[Extracted records Boundary: Start]
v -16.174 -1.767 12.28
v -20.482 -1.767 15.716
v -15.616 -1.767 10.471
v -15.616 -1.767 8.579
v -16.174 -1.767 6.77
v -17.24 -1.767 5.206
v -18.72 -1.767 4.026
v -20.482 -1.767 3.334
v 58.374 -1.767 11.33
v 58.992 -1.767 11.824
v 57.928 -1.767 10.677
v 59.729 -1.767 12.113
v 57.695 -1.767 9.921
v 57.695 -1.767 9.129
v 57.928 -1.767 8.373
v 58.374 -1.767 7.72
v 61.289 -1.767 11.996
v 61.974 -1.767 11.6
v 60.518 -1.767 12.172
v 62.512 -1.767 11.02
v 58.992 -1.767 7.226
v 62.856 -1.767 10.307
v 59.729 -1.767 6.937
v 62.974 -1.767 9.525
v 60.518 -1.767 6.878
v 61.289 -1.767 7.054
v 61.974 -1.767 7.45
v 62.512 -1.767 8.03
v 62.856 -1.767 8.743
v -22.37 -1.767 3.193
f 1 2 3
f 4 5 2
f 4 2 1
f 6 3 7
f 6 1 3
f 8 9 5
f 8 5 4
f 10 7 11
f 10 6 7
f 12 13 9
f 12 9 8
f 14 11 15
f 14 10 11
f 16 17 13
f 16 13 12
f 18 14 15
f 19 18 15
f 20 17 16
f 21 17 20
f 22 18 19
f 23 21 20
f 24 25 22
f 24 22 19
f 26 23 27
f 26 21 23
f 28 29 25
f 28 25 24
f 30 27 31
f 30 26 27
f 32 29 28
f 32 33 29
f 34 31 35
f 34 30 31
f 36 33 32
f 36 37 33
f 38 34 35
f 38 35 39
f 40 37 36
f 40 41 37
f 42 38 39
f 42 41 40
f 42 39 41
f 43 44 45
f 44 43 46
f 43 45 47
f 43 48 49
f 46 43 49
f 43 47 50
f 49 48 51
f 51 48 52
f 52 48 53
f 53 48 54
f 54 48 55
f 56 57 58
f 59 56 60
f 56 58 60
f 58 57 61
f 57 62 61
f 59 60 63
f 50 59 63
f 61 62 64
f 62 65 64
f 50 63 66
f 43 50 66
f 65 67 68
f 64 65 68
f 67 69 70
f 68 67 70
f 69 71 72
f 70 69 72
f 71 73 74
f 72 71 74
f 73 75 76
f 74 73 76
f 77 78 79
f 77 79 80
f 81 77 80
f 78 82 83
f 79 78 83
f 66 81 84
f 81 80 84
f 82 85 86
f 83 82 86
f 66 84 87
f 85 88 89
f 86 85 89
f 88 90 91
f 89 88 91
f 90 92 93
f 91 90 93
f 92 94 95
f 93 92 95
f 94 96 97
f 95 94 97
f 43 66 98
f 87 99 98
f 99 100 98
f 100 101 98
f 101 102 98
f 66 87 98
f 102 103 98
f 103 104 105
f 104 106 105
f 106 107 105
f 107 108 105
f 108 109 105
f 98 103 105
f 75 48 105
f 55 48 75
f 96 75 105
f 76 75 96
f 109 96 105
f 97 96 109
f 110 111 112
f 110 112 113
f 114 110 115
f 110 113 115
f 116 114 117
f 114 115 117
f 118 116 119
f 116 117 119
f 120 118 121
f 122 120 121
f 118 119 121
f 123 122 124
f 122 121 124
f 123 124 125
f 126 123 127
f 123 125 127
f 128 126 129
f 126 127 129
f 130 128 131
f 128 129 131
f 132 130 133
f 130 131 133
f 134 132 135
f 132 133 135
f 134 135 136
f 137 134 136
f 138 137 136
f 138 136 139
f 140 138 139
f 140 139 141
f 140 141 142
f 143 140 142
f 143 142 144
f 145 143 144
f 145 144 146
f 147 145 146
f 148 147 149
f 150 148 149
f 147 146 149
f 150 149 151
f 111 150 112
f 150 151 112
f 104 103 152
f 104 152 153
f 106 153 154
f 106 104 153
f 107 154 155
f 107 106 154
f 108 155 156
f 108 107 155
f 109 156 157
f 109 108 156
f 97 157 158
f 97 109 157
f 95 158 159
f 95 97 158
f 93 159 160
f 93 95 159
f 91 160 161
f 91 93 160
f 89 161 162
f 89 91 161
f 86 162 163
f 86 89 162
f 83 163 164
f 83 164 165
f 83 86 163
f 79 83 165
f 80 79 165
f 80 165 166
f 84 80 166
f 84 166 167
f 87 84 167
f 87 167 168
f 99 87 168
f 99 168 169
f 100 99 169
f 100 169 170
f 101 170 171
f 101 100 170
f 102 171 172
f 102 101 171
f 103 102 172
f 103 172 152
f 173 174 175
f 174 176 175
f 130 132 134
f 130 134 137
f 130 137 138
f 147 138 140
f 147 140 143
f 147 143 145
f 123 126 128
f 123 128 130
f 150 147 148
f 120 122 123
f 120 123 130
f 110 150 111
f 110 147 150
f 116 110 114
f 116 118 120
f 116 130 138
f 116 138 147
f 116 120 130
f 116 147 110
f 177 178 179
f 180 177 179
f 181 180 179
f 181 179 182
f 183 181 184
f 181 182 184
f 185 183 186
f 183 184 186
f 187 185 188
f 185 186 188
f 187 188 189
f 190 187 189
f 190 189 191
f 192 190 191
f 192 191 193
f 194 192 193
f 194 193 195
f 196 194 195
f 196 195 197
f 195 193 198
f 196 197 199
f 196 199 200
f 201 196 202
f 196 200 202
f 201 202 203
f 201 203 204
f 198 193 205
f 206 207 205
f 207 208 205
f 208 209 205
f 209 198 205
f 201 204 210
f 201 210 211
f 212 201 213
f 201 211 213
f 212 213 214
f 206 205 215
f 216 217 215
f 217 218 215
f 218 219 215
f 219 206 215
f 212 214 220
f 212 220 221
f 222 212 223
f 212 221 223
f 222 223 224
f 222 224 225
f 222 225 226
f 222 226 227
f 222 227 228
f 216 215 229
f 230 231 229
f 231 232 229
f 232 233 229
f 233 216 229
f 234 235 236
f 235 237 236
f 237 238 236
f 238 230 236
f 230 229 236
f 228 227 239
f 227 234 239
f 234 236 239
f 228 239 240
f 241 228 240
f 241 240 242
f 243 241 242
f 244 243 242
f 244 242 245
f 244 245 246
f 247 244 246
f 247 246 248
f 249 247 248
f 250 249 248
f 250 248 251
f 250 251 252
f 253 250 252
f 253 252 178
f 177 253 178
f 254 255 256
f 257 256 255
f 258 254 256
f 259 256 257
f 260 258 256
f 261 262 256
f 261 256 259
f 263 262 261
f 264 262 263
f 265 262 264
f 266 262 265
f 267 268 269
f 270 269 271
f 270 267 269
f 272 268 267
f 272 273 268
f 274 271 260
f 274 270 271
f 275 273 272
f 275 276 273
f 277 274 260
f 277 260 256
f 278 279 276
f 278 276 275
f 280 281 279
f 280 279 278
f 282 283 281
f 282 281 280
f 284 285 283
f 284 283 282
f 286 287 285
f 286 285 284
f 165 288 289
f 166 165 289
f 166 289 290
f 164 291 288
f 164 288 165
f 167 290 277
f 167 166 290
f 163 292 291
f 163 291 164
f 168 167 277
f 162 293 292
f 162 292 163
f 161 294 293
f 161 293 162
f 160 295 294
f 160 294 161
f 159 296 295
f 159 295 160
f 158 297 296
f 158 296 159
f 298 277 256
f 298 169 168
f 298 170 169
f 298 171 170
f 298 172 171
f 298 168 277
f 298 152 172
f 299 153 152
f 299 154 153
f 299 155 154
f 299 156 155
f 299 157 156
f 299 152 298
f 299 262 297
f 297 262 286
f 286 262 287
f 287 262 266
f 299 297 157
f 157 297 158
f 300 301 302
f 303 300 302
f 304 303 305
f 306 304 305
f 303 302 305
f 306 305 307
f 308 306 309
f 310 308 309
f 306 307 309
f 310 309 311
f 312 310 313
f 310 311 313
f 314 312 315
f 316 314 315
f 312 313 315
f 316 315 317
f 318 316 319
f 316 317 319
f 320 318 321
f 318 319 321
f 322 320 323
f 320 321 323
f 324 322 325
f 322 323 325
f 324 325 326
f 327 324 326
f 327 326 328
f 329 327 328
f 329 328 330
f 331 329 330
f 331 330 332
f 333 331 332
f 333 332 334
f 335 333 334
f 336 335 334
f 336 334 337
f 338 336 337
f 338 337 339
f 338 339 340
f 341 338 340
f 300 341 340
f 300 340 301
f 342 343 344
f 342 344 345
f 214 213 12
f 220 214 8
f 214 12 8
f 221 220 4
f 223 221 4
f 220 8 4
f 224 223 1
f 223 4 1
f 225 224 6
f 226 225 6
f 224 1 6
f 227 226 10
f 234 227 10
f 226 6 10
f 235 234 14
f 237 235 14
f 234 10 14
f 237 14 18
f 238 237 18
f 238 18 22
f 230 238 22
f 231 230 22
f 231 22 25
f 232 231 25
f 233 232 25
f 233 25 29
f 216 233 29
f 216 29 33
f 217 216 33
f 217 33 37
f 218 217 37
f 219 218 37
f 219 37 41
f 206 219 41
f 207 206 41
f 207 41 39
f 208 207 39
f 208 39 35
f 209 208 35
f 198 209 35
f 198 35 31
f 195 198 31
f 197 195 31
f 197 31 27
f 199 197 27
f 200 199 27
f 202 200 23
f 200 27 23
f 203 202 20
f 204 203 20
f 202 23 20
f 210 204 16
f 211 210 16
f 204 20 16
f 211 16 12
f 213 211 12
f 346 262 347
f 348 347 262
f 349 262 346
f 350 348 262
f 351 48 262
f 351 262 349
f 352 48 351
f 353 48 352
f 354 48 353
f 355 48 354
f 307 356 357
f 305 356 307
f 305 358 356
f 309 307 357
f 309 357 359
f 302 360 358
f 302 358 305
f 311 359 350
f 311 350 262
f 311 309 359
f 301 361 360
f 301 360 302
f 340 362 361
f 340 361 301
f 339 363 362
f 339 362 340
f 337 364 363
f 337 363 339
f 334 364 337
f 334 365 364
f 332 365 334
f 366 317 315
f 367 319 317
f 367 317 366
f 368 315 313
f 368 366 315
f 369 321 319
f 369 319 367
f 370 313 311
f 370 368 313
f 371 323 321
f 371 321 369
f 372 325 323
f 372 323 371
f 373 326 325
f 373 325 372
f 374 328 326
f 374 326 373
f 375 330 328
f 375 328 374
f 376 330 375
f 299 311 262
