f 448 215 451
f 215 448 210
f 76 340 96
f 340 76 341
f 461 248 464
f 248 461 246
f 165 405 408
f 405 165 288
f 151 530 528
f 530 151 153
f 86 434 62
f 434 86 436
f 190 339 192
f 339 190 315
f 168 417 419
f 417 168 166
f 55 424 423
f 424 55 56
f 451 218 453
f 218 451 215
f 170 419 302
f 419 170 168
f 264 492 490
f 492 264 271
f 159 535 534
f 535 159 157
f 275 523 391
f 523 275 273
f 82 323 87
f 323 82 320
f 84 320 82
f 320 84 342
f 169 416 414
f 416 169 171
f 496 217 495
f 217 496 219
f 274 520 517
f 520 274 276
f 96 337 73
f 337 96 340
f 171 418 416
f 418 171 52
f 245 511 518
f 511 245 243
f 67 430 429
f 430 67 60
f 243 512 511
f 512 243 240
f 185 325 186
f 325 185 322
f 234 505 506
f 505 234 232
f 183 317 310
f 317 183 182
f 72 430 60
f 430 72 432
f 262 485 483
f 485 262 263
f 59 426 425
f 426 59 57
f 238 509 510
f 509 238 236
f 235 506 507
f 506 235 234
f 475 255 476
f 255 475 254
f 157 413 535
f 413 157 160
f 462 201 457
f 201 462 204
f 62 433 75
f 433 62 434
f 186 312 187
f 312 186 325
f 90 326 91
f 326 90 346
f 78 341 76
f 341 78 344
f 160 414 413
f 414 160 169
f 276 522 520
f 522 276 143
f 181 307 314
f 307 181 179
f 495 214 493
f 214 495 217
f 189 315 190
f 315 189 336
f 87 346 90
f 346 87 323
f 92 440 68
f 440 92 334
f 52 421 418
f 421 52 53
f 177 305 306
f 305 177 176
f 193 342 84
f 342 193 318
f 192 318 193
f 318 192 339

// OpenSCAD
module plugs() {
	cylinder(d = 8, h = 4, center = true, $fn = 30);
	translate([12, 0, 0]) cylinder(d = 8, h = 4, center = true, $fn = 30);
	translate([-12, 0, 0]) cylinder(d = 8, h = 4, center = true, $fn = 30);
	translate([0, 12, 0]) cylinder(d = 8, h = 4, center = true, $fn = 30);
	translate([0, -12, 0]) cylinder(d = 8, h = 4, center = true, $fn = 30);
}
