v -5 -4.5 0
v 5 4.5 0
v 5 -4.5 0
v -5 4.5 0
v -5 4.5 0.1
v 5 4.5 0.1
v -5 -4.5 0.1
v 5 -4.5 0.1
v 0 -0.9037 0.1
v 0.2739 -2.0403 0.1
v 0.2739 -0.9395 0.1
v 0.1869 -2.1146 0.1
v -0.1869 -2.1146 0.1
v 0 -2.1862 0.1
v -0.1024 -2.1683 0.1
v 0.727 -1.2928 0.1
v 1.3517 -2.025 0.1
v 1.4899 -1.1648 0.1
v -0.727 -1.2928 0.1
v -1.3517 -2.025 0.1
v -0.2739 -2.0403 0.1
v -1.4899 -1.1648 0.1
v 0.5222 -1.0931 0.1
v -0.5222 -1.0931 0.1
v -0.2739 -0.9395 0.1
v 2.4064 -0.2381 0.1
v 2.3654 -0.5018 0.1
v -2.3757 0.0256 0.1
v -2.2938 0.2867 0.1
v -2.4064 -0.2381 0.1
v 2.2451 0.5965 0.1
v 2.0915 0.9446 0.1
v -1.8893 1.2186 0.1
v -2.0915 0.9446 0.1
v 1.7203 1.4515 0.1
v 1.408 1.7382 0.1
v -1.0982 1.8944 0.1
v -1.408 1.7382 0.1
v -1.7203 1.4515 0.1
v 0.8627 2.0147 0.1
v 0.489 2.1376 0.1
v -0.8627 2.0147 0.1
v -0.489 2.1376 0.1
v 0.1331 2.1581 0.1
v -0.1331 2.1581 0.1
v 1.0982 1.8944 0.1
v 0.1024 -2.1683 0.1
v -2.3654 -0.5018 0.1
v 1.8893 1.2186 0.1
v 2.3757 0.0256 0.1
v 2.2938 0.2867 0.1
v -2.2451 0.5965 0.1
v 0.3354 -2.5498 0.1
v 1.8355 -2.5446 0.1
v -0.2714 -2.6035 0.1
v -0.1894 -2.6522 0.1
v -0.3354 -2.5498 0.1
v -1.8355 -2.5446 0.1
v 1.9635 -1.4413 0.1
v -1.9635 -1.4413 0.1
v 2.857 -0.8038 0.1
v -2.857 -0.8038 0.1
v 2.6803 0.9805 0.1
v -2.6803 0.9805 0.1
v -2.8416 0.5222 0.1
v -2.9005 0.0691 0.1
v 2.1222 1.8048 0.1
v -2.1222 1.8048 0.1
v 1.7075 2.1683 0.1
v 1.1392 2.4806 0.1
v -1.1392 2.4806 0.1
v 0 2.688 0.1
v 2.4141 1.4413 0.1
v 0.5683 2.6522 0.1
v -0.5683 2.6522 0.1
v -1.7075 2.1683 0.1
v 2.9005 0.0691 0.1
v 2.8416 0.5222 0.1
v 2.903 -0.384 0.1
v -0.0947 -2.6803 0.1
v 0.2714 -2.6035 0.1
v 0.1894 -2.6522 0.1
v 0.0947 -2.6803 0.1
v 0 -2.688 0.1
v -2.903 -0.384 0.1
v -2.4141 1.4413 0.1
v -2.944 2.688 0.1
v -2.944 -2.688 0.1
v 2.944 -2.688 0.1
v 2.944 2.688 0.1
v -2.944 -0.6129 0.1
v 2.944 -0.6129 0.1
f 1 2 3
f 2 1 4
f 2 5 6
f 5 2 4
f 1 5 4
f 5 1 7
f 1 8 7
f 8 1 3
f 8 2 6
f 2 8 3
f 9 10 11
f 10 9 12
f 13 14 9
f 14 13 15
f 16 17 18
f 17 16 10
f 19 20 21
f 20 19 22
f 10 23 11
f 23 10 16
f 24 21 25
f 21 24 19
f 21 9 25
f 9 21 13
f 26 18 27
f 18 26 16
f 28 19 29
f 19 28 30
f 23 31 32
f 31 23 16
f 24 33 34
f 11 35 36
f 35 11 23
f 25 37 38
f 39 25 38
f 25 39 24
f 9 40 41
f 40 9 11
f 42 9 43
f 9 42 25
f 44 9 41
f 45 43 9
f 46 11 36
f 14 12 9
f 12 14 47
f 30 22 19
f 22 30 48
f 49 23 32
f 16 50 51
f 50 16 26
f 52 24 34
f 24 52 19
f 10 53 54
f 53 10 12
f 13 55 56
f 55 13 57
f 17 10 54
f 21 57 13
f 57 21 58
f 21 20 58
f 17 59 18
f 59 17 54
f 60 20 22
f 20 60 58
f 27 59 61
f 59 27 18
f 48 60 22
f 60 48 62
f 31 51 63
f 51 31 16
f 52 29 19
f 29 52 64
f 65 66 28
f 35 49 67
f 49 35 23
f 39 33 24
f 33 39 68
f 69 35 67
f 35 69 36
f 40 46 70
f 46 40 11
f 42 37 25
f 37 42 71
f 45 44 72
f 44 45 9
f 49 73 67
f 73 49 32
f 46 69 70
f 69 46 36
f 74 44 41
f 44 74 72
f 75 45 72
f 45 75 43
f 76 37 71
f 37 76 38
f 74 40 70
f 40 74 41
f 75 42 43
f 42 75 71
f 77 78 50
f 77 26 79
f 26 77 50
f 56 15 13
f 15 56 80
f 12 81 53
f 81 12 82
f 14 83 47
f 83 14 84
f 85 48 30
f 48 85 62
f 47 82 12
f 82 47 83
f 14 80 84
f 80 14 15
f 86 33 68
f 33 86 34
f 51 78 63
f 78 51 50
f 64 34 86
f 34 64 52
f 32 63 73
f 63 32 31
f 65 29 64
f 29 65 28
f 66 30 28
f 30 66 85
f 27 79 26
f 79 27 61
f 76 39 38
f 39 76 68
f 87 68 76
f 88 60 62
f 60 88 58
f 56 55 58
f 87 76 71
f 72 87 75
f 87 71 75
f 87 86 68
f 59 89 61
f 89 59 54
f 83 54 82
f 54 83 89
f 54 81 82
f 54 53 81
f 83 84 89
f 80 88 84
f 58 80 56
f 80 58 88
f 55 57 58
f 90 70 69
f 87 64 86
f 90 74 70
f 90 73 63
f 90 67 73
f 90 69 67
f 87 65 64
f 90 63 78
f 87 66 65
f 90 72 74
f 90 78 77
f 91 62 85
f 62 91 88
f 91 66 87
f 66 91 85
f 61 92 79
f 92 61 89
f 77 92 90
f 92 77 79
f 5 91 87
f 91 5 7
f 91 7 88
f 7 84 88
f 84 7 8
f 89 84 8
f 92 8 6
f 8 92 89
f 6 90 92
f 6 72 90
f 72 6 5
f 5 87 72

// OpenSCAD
// file: ../p/4-4edge.scad
use <../lib.scad>
$fa=1; $fs=0.2;
function ldraw_lib__4_4edge(realsolid=false) = [
// 0 Circle 1.0
// 0 Name: 4-4edge.dat
// 0 Author: James Jessiman
// 0 !LDRAW_ORG Primitive UPDATE 2017-01
// 0 !LICENSE Licensed under CC BY 2.0 and CC BY 4.0 : see CAreadme.txt
// 
// 0 BFC CERTIFY CCW
  [0,"BFC","CERTIFY"],
  [0,"BFC","CCW"],
// 
// 0 !HISTORY 1998-12-15 [PTadmin] Official Update 1998-10
// 0 !HISTORY 2005-12-28 [PTadmin] Official Update 2005-01
// 0 !HISTORY 2007-06-24 [PTadmin] Header formatted for Contributor Agreement
// 0 !HISTORY 2008-07-01 [PTadmin] Official Update 2008-01
// 0 !HISTORY 2017-01-15 [Steffen] BFCed
// 0 !HISTORY 2017-12-30 [PTadmin] Official Update 2017-01
// 
// 
// 2 24 1 0 0 0.9239 0 0.3827
  [2,24,1,0,0,0.9239,0,0.3827],
// 2 24 0.9239 0 0.3827 0.7071 0 0.7071
  [2,24,0.9239,0,0.3827,0.7071,0,0.7071],
// 2 24 0.7071 0 0.7071 0.3827 0 0.9239
  [2,24,0.7071,0,0.7071,0.3827,0,0.9239],
// 2 24 0.3827 0 0.9239 0 0 1
  [2,24,0.3827,0,0.9239,0,0,1],
// 2 24 0 0 1 -0.3827 0 0.9239
  [2,24,0,0,1,-0.3827,0,0.9239],
// 2 24 -0.3827 0 0.9239 -0.7071 0 0.7071
  [2,24,-0.3827,0,0.9239,-0.7071,0,0.7071],
// 2 24 -0.7071 0 0.7071 -0.9239 0 0.3827
  [2,24,-0.7071,0,0.7071,-0.9239,0,0.3827],
// 2 24 -0.9239 0 0.3827 -1 0 -0
  [2,24,-0.9239,0,0.3827,-1,0,-0],
// 2 24 -1 0 -0 -0.9239 0 -0.3827
  [2,24,-1,0,-0,-0.9239,0,-0.3827],
// 2 24 -0.9239 0 -0.3827 -0.7071 0 -0.7071
  [2,24,-0.9239,0,-0.3827,-0.7071,0,-0.7071],
// 2 24 -0.7071 0 -0.7071 -0.3827 0 -0.9239
  [2,24,-0.7071,0,-0.7071,-0.3827,0,-0.9239],
// 2 24 -0.3827 0 -0.9239 0 0 -1
  [2,24,-0.3827,0,-0.9239,0,0,-1],
// 2 24 0 0 -1 0.3827 0 -0.9239
  [2,24,0,0,-1,0.3827,0,-0.9239],
// 2 24 0.3827 0 -0.9239 0.7071 0 -0.7071
  [2,24,0.3827,0,-0.9239,0.7071,0,-0.7071],
// 2 24 0.7071 0 -0.7071 0.9239 0 -0.3827
  [2,24,0.7071,0,-0.7071,0.9239,0,-0.3827],
// 2 24 0.9239 0 -0.3827 1 0 0
  [2,24,0.9239,0,-0.3827,1,0,0],
];
module ldraw_lib__4_4edge(step=0, col=false, unit=2/5, alt=false, line=0.2, solid=!$preview)
    makepoly(ldraw_lib__4_4edge(solid), step=step, col=col, unit=unit, alt=alt, line=line, solid=solid);
ldraw_lib__4_4edge(line=0.2);
// file: ../p/4-4disc.scad
use <../lib.scad>
$fa=1; $fs=0.2;
function ldraw_lib__4_4disc(realsolid=false) = [
// 0 Disc 1.0
// 0 Name: 4-4disc.dat
// 0 Author: James Jessiman
// 0 !LDRAW_ORG Primitive UPDATE 2002-02
// 0 !LICENSE Licensed under CC BY 2.0 and CC BY 4.0 : see CAreadme.txt
// 
// 0 BFC CERTIFY CCW
  [0,"BFC","CERTIFY"],
  [0,"BFC","CCW"],
// 
// 0 !HISTORY 1998-12-15 [PTadmin] Official Update 1998-10
// 0 !HISTORY 2002-03-23 [sbliss] Added BFC statement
[Extracted records Boundary: End]
» Description of the task: From the data above, output only the lines between the line containing "f 302 360 358" and the line containing "f 492 264 271", inclusive, exactly as written.

» Answer to this task:
f 302 360 358
f 302 358 305
f 311 359 350
f 311 350 262
f 311 309 359
f 301 361 360
f 301 360 302
f 340 362 361
f 340 361 301
f 339 363 362
f 339 362 340
f 337 364 363
f 337 363 339
f 334 364 337
f 334 365 364
f 332 365 334
f 366 317 315
f 367 319 317
f 367 317 366
f 368 315 313
f 368 366 315
f 369 321 319
f 369 319 367
f 370 313 311
f 370 368 313
f 371 323 321
f 371 321 369
f 372 325 323
f 372 323 371
f 373 326 325
f 373 325 372
f 374 328 326
f 374 326 373
f 375 330 328
f 375 328 374
f 376 330 375
f 299 311 262
f 448 215 451
f 215 448 210
f 76 340 96
f 340 76 341
f 461 248 464
f 248 461 246
f 165 405 408
f 405 165 288
f 151 530 528
f 530 151 153
f 86 434 62
f 434 86 436
f 190 339 192
f 339 190 315
f 168 417 419
f 417 168 166
f 55 424 423
f 424 55 56
f 451 218 453
f 218 451 215
f 170 419 302
f 419 170 168
f 264 492 490
f 492 264 271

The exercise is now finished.